Sinnvoller wäre es nach jeder hitzigen Komponente einen Radi einzubauen,da dann jede mit kalten Wasser versorgt wird.


----------



## unti20 (5. März 2009)

also ich hab ne verlustleistung von 870 Watt auf dem ganzen system wenn alles load ist --> hab 8 gb ddr3-1800er ram, intel core i7 920 @ 4,0 ghz @ 1,55 V Vcore, 2x GTX 295 und nen gigabyte ex58 extreme, welches auch an der wakü hängt.

im kreislauf sind aber nur cpu und chipsatz.

cpu wird wenns in meinem zimmer 24°C oder so ist und das im winter u. sommer (sommer vll etwas wärmer, wohne leider im dachboden^^) ca. 72°C warum und wenn ich im winter noch mehr heize und die raum temp ca. 28°C oder so ist, dann ists aus mit der cpu denn dann hat se ca. 89°C was mir dann nen bluescreen hinklatscht^^

also denkt ihr bei dem sys würde sich mehr radiatorfläche lohnen? zudem brauch ich doch ne bessere pumpe oder? --> ist leider erst meine erste wakü und hab noch nicht so viel peil davon^^

gruß markus


----------



## nemetona (5. März 2009)

Aus welchen Komponenten besteht denn deine Wasserkühlung
Gruß, Nemetona


----------



## unti20 (5. März 2009)

Radi
Ausgleichsbehälter
CPU Kühler
Pumpe
5Meter dieses Schlauches


----------



## Jorlin (5. März 2009)

Laut seinem Profil aus:
Aquacomputer Aquastream XT Standard Edition
Watercool HeatKiller 3.0 (CPU Kühler)
Magiccool Behälter
Watercool HTSF Stealth 360er @ 6x Scyhte Ultra Kaze 3000 rpm @ Zalman ZM-MFC1 Plus LS




Für Chipsatz und CPU im Kreislauf erscheinen mir die Temperaturen verdammt hoch?! 

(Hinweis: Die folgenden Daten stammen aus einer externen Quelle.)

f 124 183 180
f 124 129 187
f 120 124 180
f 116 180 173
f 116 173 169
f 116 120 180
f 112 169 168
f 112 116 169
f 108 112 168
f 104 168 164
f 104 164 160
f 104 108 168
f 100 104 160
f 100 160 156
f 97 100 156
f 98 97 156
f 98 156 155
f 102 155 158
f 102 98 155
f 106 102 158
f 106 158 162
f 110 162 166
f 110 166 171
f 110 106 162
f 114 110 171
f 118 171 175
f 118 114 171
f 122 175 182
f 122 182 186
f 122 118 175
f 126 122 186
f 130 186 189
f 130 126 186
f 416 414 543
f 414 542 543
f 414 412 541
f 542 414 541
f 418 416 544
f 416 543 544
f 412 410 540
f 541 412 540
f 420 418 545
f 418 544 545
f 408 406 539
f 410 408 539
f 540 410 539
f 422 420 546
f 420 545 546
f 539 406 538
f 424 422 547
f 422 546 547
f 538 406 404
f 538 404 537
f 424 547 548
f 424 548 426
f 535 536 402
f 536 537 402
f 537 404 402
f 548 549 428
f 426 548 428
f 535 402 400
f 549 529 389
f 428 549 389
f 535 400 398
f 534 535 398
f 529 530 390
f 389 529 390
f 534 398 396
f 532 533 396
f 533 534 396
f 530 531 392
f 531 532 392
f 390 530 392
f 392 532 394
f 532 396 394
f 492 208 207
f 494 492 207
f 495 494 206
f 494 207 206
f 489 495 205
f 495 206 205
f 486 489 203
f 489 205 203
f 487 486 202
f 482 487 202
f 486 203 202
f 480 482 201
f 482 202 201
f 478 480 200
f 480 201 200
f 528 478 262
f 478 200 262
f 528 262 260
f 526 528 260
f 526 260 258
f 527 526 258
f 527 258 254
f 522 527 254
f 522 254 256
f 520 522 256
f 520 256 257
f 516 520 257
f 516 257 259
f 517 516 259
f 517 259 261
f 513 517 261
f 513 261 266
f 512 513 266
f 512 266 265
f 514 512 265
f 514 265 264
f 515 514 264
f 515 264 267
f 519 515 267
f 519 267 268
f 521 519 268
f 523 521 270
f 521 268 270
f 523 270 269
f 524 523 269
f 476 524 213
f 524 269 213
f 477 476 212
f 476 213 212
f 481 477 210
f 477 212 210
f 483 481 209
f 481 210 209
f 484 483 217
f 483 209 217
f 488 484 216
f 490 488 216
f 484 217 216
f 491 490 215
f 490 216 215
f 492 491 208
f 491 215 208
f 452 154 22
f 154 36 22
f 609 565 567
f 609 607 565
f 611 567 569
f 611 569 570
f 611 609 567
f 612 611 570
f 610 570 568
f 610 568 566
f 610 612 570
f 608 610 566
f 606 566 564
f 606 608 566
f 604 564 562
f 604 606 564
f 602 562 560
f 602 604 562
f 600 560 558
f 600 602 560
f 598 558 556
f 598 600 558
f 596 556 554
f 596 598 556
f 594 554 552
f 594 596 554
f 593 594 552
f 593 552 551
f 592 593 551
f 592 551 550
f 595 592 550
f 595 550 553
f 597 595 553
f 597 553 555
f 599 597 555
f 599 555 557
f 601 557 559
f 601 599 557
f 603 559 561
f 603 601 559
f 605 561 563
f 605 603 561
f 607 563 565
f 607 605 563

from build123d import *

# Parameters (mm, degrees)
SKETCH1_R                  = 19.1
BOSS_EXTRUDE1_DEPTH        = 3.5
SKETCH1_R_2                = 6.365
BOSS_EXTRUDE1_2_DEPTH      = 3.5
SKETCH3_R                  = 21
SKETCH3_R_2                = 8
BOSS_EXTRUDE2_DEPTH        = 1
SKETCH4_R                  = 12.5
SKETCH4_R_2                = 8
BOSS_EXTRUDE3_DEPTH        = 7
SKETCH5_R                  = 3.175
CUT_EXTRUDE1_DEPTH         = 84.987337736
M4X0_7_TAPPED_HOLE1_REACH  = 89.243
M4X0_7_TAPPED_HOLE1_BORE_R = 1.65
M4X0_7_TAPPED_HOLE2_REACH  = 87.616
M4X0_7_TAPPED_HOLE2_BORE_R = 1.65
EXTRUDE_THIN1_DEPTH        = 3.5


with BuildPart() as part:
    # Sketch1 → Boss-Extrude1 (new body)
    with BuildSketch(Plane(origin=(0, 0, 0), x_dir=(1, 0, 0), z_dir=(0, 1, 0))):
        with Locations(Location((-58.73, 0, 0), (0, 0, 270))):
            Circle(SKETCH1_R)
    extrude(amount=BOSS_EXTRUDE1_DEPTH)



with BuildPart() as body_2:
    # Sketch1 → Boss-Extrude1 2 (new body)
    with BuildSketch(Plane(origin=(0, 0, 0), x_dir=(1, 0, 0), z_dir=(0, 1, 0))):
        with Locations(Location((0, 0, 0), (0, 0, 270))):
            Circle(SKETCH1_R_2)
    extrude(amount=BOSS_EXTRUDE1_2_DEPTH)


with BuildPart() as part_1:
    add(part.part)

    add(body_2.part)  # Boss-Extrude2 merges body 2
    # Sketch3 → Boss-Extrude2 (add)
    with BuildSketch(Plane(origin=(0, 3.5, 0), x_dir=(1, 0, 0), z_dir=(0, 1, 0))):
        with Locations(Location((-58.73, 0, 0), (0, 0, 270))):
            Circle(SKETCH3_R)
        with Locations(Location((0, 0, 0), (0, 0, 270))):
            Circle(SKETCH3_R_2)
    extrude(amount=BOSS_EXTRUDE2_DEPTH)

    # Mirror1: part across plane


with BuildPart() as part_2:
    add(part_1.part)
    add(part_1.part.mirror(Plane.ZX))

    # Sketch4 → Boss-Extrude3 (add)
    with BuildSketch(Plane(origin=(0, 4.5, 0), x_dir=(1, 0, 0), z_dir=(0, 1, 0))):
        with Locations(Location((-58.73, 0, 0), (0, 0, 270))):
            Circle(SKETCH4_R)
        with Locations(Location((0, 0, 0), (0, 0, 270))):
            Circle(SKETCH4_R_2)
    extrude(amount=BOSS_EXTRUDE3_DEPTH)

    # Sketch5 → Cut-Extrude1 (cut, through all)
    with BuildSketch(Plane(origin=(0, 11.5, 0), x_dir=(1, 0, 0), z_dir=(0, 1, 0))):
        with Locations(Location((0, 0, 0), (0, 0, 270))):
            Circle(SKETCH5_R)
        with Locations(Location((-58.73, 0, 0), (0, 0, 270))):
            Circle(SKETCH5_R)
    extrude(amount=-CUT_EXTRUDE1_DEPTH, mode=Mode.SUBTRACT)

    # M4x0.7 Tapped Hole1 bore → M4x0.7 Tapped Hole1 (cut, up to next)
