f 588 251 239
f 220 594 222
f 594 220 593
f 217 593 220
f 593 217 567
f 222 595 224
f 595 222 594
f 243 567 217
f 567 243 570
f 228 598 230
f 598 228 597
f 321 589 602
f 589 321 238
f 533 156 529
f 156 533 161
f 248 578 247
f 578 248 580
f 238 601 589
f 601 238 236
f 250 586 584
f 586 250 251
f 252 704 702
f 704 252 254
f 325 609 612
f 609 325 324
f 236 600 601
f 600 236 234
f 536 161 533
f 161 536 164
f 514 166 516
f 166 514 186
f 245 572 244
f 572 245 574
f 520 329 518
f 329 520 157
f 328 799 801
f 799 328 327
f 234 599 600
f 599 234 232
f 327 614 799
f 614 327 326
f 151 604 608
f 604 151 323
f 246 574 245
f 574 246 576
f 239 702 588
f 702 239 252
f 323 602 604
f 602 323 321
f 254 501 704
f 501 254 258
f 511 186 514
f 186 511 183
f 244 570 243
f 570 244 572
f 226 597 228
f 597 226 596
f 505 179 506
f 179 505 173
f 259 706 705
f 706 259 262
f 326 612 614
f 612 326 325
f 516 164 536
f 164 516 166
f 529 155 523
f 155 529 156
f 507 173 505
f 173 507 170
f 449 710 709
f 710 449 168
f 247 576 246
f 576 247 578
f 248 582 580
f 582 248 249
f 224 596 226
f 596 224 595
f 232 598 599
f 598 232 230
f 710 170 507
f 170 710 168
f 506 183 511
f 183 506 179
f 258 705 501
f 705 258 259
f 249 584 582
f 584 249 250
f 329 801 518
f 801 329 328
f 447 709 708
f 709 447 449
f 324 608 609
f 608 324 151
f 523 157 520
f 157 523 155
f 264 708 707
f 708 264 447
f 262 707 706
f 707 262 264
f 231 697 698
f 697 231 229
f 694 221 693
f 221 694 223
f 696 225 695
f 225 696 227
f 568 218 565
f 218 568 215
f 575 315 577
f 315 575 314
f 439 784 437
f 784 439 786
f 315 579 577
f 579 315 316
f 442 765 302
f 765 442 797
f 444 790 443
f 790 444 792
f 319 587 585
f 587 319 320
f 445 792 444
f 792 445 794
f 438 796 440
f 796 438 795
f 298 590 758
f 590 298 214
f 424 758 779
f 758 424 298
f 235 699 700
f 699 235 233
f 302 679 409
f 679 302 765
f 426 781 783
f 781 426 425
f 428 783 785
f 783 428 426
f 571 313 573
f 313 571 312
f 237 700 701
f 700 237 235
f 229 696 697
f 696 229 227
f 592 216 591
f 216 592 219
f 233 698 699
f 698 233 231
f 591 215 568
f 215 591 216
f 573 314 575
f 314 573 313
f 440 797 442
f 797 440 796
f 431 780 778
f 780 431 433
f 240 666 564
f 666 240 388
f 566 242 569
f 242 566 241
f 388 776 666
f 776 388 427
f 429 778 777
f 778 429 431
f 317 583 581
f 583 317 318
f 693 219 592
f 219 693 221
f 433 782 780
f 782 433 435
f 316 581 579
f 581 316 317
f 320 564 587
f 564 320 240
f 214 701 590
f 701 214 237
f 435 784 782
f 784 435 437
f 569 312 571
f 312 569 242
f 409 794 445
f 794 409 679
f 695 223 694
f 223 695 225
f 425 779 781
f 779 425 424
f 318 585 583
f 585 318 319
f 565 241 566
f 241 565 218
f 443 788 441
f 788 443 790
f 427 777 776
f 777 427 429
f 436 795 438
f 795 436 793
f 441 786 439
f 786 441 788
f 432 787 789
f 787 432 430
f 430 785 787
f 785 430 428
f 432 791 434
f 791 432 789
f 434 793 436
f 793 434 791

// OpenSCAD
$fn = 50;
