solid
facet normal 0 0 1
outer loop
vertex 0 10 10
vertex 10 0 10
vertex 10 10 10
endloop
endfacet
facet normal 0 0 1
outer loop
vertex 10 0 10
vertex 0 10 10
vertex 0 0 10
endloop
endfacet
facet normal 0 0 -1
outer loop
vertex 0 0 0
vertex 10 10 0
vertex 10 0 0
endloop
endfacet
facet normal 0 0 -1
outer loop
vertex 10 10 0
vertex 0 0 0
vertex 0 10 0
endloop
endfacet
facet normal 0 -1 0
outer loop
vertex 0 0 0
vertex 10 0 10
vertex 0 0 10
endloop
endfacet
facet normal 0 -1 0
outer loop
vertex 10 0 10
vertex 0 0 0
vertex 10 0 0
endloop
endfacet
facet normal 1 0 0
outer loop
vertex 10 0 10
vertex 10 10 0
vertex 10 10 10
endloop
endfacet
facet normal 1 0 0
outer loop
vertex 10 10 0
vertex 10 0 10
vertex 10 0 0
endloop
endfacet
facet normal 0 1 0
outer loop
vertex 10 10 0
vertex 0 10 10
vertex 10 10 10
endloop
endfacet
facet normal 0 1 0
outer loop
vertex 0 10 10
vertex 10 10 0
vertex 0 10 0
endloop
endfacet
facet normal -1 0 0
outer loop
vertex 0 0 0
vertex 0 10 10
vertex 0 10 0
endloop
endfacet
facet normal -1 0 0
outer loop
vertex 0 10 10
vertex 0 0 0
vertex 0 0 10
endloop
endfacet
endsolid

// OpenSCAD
// OpenSCAD 
// converted from BlockSCAD XML by nicescad's blockscad converter
// according to 
// https://github.com/WolfgangFahl/nicescad/issues/23
// support reading and converting blockscad files #23 
color("green");
cube(10,10,10,center=false);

Wobei 28°C Raumtemperatur im Winter auch verdammt hoch sind... *pfeif*wannwirdsmalwiederrichtigsommer*pfeif*

edit: CPU Spannung liegt aber auch bei 1,536V - das heizt natürlich auch kräftig ein :/


----------



## nemetona (5. März 2009)

Für CPU und CHipsatz sollte der 360er Watercool locker reichen.
Was für Lüfter bei welcher Drehzahl Kühlen den Radi?

Gruß, Nemetona

P.S. ist das System richtig entlüftet, und wie hoch ist die Wassertemp.?


----------



## unti20 (5. März 2009)

entlüftet ist das system richtig, gehkült wird der radi mit 6x scythe ultra kaze mit 3000rpm -- 226 m³/h luftdurchfluss und gehäuse ist richtig gekühlt, über die wassertemp kann ich nix sagen, da ich die net messen kann mit dem was ich derzeit daheim hab.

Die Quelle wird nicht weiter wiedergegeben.